((

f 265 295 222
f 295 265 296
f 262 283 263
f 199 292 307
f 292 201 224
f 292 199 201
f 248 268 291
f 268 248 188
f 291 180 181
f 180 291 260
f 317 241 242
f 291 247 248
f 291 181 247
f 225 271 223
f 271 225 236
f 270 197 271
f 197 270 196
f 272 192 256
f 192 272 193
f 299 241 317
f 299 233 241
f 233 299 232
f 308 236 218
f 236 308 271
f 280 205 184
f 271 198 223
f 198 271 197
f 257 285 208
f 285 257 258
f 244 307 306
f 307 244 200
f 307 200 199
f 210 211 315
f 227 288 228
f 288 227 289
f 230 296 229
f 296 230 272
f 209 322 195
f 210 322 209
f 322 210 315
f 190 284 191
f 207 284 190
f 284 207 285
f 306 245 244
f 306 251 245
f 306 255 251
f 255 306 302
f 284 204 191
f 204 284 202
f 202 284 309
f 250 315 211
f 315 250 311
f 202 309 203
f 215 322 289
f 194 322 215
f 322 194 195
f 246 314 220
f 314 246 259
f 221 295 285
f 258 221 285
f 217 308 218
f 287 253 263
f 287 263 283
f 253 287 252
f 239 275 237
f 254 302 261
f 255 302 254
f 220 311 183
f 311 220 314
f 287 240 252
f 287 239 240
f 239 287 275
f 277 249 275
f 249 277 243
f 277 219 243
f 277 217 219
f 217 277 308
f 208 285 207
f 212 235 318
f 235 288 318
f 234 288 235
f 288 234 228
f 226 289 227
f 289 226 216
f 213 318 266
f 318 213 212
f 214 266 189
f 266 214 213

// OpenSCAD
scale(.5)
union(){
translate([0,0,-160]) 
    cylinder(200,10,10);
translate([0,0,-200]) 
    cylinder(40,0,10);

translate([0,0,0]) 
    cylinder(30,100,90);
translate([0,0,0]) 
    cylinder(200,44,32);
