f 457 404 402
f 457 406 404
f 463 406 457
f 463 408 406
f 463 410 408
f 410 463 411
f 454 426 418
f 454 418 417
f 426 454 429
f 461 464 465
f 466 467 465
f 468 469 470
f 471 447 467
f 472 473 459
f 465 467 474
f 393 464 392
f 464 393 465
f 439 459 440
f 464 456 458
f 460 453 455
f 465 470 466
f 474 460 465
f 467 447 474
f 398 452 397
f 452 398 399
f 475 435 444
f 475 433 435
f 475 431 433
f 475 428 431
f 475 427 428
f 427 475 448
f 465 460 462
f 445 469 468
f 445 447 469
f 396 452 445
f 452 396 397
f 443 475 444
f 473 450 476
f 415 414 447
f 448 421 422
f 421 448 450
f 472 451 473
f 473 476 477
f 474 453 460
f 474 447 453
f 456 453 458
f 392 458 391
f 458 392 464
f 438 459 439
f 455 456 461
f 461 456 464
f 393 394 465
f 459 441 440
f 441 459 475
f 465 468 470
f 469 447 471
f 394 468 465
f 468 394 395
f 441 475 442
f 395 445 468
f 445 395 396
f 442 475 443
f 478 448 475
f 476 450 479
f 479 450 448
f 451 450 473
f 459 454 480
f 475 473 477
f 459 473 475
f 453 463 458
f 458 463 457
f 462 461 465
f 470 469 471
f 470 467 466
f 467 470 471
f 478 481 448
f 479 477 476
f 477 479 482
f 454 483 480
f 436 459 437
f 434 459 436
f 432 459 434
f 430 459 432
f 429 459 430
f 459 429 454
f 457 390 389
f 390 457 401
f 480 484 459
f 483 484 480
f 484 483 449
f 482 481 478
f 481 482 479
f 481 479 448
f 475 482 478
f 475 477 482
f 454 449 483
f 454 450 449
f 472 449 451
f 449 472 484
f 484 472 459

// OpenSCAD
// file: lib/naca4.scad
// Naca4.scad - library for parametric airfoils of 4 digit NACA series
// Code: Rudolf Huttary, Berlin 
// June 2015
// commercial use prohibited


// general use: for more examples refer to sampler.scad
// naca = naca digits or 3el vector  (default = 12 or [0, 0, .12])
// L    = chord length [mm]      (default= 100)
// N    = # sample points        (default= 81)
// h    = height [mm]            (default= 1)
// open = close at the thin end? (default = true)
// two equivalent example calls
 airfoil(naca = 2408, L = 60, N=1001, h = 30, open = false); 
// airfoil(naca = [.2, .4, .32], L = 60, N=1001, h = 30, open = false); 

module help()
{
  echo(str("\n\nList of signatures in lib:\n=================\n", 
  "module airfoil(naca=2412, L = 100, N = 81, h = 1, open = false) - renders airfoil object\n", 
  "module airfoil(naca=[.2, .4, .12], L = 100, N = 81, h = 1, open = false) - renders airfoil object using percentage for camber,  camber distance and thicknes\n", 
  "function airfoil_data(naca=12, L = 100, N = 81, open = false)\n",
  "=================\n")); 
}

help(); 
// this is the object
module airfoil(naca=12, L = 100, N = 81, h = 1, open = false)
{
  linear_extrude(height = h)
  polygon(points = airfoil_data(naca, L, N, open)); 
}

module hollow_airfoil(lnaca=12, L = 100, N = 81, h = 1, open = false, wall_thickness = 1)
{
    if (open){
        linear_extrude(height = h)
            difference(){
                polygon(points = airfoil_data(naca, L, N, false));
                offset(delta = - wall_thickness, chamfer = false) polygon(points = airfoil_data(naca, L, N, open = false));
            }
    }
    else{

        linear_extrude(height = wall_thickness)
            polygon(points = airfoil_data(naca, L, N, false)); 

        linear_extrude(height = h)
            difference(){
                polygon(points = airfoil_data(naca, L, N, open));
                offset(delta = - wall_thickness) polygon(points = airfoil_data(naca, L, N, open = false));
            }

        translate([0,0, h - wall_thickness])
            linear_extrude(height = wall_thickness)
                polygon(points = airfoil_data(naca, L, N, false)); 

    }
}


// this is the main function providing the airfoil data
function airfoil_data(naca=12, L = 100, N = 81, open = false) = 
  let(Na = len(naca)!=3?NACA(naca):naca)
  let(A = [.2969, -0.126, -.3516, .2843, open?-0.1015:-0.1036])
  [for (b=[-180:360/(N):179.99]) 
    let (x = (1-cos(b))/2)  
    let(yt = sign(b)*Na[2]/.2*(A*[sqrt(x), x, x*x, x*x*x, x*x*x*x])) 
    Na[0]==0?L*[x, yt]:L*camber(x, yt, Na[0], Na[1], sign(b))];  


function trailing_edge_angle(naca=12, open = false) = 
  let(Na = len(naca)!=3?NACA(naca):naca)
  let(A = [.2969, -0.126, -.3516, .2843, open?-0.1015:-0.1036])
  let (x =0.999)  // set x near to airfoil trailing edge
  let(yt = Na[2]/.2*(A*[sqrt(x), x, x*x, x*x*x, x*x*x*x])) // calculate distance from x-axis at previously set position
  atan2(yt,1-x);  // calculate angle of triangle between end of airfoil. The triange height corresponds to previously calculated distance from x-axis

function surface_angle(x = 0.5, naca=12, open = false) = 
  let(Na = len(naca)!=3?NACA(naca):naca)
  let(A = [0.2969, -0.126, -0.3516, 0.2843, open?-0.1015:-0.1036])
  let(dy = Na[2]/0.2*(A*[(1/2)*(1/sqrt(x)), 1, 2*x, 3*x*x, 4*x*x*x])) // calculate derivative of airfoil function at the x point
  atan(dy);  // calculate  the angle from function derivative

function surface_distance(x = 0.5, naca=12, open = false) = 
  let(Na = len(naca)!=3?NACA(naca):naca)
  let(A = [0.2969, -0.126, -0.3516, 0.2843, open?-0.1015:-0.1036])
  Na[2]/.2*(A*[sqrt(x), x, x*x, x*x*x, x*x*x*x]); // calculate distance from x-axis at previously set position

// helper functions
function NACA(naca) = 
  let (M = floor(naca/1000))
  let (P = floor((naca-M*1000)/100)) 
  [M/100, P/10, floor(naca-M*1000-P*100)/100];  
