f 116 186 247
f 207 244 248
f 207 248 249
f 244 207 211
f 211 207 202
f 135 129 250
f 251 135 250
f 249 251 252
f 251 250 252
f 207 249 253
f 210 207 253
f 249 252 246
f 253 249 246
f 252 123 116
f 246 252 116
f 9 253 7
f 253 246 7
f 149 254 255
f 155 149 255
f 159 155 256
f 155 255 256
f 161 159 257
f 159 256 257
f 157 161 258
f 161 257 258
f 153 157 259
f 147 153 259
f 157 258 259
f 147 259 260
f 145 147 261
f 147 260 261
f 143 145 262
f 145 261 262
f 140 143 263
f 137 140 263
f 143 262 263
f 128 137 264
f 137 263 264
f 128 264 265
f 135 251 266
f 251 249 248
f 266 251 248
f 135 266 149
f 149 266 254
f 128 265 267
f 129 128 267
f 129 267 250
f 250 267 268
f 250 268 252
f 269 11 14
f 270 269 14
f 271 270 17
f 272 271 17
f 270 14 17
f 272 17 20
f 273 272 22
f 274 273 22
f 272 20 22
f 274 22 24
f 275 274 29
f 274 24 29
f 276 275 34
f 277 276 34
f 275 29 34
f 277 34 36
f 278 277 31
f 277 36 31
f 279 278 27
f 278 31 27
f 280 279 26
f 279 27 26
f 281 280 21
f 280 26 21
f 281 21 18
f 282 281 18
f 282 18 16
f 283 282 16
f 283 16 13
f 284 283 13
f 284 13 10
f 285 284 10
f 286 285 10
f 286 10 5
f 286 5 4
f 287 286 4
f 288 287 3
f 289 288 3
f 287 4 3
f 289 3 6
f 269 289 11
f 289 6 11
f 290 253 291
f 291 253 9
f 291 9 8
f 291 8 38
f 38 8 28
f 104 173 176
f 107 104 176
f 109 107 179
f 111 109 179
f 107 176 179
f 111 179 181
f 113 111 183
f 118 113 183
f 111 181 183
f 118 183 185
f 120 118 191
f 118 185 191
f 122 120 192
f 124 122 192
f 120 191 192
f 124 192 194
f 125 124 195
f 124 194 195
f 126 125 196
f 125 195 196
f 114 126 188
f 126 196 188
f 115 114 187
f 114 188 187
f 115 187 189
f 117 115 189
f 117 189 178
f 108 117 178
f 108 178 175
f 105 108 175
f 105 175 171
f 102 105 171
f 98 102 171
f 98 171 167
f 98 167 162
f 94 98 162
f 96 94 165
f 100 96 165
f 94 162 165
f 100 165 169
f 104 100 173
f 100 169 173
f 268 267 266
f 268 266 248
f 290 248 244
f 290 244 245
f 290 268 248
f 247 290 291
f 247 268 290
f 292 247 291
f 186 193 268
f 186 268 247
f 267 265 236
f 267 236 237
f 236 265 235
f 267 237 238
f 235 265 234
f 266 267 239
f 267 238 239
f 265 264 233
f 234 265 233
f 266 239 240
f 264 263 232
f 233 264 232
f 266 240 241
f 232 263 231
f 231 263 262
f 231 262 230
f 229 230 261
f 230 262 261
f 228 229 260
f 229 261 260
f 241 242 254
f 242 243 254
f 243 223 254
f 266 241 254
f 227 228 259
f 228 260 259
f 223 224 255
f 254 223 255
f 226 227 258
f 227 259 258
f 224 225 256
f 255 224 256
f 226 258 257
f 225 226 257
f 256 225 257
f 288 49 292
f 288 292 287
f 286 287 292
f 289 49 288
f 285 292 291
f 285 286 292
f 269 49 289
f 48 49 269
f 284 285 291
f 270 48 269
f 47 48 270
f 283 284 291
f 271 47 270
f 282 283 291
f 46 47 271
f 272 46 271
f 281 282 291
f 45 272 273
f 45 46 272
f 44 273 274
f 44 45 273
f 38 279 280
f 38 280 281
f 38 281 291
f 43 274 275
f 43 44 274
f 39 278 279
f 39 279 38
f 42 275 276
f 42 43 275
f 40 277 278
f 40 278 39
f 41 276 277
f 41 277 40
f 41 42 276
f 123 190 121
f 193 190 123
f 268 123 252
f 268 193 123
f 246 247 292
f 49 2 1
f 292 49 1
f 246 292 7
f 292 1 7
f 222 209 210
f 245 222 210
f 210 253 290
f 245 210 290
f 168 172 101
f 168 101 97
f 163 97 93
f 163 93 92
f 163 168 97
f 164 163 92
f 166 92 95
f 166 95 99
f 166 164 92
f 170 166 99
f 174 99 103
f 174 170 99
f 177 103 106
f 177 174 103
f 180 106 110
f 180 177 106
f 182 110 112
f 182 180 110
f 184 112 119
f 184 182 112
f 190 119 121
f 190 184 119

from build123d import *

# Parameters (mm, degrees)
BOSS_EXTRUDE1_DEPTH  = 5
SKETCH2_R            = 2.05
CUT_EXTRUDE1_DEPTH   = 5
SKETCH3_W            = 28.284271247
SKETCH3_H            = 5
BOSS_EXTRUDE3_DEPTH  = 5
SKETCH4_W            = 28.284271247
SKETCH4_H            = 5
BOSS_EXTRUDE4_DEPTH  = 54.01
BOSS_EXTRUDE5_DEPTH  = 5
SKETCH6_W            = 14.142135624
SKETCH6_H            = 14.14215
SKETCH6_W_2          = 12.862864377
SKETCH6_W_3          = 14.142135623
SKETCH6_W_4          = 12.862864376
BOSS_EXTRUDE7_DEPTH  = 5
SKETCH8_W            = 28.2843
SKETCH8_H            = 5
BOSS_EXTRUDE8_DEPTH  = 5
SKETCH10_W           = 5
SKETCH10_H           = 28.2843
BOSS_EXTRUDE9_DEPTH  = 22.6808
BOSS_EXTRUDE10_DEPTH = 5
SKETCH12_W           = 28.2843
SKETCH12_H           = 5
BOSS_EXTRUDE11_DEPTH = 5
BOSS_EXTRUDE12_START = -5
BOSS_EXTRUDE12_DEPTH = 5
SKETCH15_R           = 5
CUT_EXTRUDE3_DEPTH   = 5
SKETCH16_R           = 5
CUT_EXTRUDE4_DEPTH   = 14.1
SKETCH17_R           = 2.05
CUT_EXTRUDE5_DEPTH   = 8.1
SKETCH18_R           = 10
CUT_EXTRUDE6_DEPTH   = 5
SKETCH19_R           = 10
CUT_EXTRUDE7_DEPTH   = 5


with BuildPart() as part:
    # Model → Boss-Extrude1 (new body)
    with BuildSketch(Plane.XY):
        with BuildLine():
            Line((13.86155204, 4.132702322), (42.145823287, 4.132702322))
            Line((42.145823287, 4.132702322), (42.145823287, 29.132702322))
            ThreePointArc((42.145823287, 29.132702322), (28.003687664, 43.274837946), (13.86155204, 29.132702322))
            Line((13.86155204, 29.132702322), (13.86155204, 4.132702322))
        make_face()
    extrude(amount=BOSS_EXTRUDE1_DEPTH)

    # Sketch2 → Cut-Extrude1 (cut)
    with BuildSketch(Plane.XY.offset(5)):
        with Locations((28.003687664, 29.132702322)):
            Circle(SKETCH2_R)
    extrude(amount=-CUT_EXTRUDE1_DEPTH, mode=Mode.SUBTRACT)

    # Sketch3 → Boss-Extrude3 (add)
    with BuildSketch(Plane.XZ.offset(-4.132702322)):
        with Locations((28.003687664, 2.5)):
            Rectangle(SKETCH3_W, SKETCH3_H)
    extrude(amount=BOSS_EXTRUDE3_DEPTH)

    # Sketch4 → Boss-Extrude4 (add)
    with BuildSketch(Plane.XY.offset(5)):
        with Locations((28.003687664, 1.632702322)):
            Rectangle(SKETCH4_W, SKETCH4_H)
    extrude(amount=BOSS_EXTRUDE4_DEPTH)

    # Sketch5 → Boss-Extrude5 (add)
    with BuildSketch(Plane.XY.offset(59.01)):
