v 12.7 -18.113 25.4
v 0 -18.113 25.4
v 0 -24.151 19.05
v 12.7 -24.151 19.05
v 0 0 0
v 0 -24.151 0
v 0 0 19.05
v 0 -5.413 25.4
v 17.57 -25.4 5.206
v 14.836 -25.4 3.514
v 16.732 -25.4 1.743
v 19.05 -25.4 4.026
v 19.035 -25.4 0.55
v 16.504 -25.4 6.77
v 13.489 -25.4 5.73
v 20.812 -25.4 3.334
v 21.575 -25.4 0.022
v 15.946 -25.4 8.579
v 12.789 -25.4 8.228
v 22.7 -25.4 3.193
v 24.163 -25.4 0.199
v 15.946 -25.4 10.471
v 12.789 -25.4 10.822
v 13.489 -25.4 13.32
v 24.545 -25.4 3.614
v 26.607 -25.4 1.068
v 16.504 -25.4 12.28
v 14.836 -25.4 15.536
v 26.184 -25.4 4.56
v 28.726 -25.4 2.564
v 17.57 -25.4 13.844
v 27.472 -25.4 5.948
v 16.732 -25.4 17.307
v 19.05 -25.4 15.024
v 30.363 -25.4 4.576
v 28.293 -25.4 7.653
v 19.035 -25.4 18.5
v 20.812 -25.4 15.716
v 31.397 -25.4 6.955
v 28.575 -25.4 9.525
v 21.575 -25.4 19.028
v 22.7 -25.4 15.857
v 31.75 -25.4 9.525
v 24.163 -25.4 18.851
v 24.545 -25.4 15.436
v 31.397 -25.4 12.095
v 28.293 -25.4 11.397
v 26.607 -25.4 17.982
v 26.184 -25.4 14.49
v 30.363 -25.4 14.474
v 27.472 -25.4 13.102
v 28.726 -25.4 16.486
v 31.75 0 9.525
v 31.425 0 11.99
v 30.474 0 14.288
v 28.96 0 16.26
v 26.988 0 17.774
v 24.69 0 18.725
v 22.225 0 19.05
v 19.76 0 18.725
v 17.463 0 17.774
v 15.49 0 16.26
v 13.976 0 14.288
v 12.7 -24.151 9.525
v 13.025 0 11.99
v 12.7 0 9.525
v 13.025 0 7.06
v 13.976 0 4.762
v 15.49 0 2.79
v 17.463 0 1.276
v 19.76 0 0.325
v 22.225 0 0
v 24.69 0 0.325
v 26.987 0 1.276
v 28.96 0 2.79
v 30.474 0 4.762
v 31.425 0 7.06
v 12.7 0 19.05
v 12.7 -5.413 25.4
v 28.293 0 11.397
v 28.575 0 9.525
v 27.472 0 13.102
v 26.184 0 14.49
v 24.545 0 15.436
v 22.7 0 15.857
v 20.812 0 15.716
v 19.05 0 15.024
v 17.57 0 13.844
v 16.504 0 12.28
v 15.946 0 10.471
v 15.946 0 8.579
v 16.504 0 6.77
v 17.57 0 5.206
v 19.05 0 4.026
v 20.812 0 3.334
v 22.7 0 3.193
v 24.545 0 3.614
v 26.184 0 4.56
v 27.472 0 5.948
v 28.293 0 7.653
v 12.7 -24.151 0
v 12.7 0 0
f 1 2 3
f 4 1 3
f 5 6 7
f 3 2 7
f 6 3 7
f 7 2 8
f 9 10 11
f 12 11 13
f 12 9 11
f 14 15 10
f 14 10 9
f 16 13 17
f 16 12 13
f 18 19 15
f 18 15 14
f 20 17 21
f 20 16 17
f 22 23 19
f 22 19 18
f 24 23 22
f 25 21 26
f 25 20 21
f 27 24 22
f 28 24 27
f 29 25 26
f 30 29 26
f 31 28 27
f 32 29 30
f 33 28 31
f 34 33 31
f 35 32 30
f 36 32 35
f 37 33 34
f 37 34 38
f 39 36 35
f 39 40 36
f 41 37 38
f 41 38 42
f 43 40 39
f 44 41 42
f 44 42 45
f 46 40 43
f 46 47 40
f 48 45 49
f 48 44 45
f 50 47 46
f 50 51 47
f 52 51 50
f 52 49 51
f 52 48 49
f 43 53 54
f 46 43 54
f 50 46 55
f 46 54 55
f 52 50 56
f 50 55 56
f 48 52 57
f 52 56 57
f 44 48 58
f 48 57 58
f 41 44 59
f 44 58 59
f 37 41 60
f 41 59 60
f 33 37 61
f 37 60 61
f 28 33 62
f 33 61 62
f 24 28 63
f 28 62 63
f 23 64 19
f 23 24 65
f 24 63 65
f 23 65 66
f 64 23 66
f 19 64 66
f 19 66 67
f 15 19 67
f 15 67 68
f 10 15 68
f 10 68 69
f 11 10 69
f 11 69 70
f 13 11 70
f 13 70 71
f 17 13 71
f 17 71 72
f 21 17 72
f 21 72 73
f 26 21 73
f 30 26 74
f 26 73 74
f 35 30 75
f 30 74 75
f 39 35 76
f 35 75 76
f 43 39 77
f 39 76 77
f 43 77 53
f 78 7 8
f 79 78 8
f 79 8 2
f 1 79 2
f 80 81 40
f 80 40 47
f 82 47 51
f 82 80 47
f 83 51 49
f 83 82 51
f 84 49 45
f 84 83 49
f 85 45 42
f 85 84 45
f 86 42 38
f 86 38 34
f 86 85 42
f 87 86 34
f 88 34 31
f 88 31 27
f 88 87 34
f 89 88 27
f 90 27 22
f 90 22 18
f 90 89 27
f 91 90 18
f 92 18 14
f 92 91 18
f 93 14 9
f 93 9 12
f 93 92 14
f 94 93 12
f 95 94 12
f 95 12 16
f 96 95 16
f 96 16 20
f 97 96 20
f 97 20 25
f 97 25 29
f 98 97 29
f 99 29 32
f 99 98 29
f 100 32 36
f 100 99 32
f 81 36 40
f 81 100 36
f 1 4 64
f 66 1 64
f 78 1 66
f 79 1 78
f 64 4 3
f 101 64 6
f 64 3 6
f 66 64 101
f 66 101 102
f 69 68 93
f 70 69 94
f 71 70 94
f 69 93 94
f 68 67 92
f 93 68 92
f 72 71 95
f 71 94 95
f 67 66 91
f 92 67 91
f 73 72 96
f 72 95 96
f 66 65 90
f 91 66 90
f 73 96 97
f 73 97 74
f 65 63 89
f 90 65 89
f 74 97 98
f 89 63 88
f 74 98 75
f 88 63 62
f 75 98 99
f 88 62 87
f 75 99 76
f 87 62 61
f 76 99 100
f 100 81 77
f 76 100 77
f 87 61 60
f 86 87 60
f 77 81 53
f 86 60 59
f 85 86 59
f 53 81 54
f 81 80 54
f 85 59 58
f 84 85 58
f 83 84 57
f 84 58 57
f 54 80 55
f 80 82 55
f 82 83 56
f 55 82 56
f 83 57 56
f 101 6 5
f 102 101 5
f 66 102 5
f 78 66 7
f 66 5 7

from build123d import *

# Parameters (mm, degrees)
F1_DEPTH = 12.7
F2_R     = 9.525
F2_R_2   = 6.35
F3_DEPTH = 25.4


with BuildPart() as f1:
    # F0 (on Right) → F1 (new body)
    with BuildSketch(Plane.YZ):
        Polygon((-24.150821, 0), (0, 0), (0, 19.05), (-5.413115, 25.4), (-18.113115, 25.4), (-24.150821, 19.05), align=None)
    extrude(amount=F1_DEPTH)

    # F2 (on Front) → F3 (join)
    with BuildSketch(Plane.XZ):
        with Locations((22.225, 9.525)):
            Circle(F2_R)
        with Locations((22.225, 9.525)):
            Circle(F2_R_2, mode=Mode.SUBTRACT)
    extrude(amount=F3_DEPTH)


solid = f1.part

))

YOUR INSTRUCTIONS
All lines from the opening of the material through the line that contains "f 246 314 220" are to be printed exactly, with no others.

SOLVED EXERCISE
f 265 295 222
f 295 265 296
f 262 283 263
f 199 292 307
f 292 201 224
f 292 199 201
f 248 268 291
f 268 248 188
f 291 180 181
f 180 291 260
f 317 241 242
f 291 247 248
f 291 181 247
f 225 271 223
f 271 225 236
f 270 197 271
f 197 270 196
f 272 192 256
f 192 272 193
f 299 241 317
f 299 233 241
f 233 299 232
f 308 236 218
f 236 308 271
f 280 205 184
f 271 198 223
f 198 271 197
f 257 285 208
f 285 257 258
f 244 307 306
f 307 244 200
f 307 200 199
f 210 211 315
f 227 288 228
f 288 227 289
f 230 296 229
f 296 230 272
f 209 322 195
f 210 322 209
f 322 210 315
f 190 284 191
f 207 284 190
f 284 207 285
f 306 245 244
f 306 251 245
f 306 255 251
f 255 306 302
f 284 204 191
f 204 284 202
f 202 284 309
f 250 315 211
f 315 250 311
f 202 309 203
f 215 322 289
f 194 322 215
f 322 194 195
f 246 314 220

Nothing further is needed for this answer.